Segment Open

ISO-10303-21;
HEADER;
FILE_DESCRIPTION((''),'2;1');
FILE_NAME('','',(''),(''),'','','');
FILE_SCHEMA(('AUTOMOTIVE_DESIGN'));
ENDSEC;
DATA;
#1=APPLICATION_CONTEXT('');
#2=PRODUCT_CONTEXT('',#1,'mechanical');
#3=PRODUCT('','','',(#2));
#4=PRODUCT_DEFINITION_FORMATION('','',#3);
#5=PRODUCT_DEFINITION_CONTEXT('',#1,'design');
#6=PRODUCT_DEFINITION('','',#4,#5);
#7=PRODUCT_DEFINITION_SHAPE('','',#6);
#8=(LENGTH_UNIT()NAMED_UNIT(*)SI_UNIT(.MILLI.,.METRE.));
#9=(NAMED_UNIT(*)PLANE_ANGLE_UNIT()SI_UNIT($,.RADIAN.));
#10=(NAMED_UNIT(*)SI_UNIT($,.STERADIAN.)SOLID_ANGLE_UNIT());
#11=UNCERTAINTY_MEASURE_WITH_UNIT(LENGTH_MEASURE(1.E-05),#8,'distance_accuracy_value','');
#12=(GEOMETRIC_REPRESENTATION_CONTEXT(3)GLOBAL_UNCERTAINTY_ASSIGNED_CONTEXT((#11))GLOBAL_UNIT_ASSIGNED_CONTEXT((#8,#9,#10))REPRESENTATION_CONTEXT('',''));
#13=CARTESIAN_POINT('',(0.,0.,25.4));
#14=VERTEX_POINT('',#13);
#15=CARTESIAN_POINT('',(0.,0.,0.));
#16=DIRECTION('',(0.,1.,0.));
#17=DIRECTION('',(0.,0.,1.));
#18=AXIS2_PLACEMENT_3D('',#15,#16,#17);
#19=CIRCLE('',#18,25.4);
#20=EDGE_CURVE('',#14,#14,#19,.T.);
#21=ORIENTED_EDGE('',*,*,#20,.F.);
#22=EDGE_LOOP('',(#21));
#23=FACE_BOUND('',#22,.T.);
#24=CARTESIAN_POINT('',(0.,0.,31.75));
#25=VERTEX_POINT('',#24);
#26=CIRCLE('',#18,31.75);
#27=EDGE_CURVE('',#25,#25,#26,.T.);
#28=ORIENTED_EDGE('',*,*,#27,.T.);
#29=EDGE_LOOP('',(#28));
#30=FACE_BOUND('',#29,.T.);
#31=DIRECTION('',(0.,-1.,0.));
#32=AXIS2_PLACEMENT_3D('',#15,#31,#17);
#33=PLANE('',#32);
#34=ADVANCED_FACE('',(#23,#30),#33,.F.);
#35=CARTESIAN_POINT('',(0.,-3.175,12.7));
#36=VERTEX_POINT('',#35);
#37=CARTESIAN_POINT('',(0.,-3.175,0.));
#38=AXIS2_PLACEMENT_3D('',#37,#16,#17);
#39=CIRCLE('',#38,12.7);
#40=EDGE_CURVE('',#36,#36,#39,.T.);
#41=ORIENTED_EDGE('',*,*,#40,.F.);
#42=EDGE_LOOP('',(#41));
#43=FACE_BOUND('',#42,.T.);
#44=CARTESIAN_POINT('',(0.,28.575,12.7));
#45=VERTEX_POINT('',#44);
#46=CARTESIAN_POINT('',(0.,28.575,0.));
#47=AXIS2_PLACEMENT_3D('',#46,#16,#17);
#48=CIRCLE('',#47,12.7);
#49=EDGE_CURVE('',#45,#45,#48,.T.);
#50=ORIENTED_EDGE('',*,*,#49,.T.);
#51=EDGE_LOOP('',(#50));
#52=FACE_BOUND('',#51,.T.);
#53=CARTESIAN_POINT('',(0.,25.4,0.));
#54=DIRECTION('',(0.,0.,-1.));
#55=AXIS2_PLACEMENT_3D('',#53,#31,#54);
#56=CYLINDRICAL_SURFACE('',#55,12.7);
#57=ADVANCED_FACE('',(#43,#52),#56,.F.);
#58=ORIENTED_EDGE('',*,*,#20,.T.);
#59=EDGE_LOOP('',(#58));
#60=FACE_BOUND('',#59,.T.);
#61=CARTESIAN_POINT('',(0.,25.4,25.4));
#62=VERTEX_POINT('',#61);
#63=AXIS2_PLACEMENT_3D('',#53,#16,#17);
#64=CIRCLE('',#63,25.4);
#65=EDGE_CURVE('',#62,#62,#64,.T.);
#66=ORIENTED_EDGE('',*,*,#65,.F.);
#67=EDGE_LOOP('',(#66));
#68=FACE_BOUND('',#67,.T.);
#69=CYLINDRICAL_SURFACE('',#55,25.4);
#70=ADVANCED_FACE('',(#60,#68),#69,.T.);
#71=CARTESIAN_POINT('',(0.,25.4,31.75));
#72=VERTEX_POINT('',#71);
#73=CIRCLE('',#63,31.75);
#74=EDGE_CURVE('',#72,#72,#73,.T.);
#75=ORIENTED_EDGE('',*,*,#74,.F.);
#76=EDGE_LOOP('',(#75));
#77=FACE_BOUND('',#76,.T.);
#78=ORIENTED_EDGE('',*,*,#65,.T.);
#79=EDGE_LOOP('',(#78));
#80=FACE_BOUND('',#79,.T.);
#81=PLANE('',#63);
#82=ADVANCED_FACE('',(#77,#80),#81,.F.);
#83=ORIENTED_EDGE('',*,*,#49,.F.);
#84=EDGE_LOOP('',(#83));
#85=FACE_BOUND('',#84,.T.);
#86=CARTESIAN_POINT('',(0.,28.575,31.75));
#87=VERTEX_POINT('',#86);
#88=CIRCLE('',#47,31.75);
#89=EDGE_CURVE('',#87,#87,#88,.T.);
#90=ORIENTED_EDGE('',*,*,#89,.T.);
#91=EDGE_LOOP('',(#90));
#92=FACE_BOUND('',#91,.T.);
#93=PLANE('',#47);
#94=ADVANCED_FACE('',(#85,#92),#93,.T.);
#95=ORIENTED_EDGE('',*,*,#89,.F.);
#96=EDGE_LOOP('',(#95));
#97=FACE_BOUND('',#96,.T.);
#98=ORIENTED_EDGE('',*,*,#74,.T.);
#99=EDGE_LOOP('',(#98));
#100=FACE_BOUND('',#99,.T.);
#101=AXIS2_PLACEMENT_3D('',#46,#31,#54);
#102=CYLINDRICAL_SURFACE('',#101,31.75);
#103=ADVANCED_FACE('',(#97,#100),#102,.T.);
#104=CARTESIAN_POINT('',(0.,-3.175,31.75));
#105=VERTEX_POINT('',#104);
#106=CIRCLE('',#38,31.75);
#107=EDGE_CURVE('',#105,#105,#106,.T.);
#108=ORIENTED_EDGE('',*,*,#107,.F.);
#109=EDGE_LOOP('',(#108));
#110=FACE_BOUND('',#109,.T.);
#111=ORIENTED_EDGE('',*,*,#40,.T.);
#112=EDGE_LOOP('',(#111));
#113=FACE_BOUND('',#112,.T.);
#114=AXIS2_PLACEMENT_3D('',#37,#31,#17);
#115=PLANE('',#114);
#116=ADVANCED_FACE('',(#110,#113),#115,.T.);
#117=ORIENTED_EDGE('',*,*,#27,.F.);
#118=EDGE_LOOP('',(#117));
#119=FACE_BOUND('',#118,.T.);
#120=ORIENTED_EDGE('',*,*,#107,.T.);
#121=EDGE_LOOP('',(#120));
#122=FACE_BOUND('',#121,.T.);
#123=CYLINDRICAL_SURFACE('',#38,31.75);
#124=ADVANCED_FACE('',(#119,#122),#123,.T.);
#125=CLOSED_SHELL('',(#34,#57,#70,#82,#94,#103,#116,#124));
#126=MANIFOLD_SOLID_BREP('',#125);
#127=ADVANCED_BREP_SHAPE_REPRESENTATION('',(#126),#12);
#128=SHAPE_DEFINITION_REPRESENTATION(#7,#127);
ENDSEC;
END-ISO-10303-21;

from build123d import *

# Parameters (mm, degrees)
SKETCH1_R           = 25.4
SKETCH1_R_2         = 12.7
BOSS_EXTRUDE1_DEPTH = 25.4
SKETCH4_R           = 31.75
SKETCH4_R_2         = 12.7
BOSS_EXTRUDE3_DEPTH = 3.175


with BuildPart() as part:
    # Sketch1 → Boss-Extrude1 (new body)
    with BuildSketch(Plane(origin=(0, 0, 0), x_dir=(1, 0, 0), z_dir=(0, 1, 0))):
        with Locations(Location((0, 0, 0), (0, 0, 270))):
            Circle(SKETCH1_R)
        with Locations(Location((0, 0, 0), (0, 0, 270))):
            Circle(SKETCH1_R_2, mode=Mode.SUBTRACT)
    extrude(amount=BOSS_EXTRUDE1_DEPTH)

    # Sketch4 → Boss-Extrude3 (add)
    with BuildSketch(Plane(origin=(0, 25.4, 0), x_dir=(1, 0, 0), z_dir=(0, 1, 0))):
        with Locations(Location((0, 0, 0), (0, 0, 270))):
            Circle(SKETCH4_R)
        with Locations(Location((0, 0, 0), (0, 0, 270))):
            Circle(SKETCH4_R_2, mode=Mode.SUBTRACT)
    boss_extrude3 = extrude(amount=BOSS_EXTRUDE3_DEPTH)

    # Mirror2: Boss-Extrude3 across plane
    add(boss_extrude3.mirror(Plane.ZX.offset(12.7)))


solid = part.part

Segment Closed

WHAT IS EXPECTED.
Set every line down again exactly. Begin with the first line of the entries and finish with the line containing "#5=PRODUCT_DEFINITION_CONTEXT('',#1,'design');".

PROBLEM SOLUTION.
ISO-10303-21;
HEADER;
FILE_DESCRIPTION((''),'2;1');
FILE_NAME('','',(''),(''),'','','');
FILE_SCHEMA(('AUTOMOTIVE_DESIGN'));
ENDSEC;
DATA;
#1=APPLICATION_CONTEXT('');
#2=PRODUCT_CONTEXT('',#1,'mechanical');
#3=PRODUCT('','','',(#2));
#4=PRODUCT_DEFINITION_FORMATION('','',#3);
#5=PRODUCT_DEFINITION_CONTEXT('',#1,'design');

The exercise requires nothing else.